And this at a time when millions of Britons in the rest of the UK were being bombed out their homes by the Blitz and (barely) living in makeshift shelters.

Charming, really charming !

Just of the sort of hero women readers want to cuddle up to - Not.

The character - or lack of it - of Howard Florey  is what made Eric Lax's recent biography such a flop among ordinary readers.

So, despite the fact that a survey of thousands of American women found they considered penicillin the most important news story of the entire 20th century , we still have never had a successful popular book or movie about the dramatic wartime history of penicillin.

What is missing in all past efforts is a focus on the one classical hero in the whole saga : the dying Dr Dawson and his unrelenting efforts to make penicillin inclusive not exclusive.

That and a too trusting reliance by previous writers upon the official histories rather than digging deeper into the primary records.

Because the people in Washington and London who wrote the official histories determined, above all, to cover up their very expensive and very time-wasting wartime flop : the synthetic penicillin project led by Florey and George Merck and paid for mostly by the taxpayers - as always.

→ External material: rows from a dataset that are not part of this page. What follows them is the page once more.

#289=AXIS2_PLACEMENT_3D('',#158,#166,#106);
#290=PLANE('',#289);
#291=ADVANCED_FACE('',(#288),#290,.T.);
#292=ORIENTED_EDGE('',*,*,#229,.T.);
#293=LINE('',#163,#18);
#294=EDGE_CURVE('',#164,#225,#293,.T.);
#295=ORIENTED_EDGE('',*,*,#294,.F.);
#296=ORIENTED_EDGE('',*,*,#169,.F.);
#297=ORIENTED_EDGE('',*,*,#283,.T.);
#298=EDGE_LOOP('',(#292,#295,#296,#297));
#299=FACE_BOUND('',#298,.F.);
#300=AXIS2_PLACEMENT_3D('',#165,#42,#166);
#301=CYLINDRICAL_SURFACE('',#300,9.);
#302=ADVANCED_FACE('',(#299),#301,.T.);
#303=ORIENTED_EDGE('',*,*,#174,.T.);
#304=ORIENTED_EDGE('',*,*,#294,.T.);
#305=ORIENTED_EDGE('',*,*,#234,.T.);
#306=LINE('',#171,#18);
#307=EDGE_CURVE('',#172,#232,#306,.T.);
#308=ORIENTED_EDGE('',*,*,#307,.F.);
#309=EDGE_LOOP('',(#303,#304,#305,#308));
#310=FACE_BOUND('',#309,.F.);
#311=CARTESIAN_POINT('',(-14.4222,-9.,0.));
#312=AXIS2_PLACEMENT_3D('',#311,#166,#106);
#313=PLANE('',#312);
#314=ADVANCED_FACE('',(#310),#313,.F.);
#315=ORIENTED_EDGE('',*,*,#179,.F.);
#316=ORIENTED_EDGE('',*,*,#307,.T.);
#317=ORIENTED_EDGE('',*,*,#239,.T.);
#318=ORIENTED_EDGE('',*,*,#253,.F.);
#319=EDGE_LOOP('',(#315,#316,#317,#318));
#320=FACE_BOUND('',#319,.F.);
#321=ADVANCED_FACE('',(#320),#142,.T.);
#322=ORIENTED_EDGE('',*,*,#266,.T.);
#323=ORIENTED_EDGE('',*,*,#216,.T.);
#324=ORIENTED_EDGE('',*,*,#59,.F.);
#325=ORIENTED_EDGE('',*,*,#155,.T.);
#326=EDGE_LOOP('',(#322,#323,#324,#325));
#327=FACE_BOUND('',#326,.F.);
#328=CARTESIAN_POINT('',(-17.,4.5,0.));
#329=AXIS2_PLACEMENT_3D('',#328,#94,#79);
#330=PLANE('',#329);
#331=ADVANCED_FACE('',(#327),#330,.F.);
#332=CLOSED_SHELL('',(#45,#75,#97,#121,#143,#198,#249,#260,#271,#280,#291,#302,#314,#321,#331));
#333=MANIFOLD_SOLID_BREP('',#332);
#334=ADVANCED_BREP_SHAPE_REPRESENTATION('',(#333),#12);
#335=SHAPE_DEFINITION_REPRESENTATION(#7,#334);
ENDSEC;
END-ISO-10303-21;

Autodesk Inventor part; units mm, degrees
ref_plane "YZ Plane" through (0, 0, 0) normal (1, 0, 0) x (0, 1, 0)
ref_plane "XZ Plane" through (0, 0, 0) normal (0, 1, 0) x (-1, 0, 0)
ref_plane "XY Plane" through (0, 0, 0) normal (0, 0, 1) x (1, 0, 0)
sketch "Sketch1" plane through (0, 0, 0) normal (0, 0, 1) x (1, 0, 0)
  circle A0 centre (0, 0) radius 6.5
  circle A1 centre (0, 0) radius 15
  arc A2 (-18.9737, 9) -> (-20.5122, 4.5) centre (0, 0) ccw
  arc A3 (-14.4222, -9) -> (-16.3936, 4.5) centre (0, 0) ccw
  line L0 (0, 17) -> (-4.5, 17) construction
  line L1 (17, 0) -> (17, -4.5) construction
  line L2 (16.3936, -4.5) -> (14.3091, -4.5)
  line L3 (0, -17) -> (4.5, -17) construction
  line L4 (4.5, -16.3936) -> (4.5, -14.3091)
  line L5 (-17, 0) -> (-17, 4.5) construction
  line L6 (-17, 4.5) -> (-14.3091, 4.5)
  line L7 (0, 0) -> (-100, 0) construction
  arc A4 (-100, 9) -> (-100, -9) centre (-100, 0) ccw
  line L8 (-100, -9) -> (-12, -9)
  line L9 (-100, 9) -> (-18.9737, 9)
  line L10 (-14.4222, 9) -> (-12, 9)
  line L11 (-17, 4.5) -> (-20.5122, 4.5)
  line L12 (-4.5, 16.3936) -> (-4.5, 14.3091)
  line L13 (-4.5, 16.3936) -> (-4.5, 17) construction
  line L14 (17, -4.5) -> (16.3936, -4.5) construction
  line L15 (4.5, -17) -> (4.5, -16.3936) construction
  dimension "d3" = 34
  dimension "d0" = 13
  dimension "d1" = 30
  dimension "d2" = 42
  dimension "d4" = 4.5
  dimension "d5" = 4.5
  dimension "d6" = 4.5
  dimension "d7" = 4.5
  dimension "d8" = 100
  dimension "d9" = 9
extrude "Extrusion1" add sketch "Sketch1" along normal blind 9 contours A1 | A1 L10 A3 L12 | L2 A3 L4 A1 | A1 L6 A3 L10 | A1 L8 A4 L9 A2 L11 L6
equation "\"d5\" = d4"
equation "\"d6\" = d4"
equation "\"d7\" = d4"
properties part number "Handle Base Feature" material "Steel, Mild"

So they tried to pretend that the stone these builders rejected had really been their idea all along. With Dawson prematurely dead at war's end and unable to set the record straight , it was - literally - dead simple.

Women, around the world , will buy a popular history about wartime penicillin by the tens of millions of copies - with the right set of heroes and villains laid out before them.

"The smallest Manhattan Project : the unexpected triumph of inclusive penicillin" will do just that .....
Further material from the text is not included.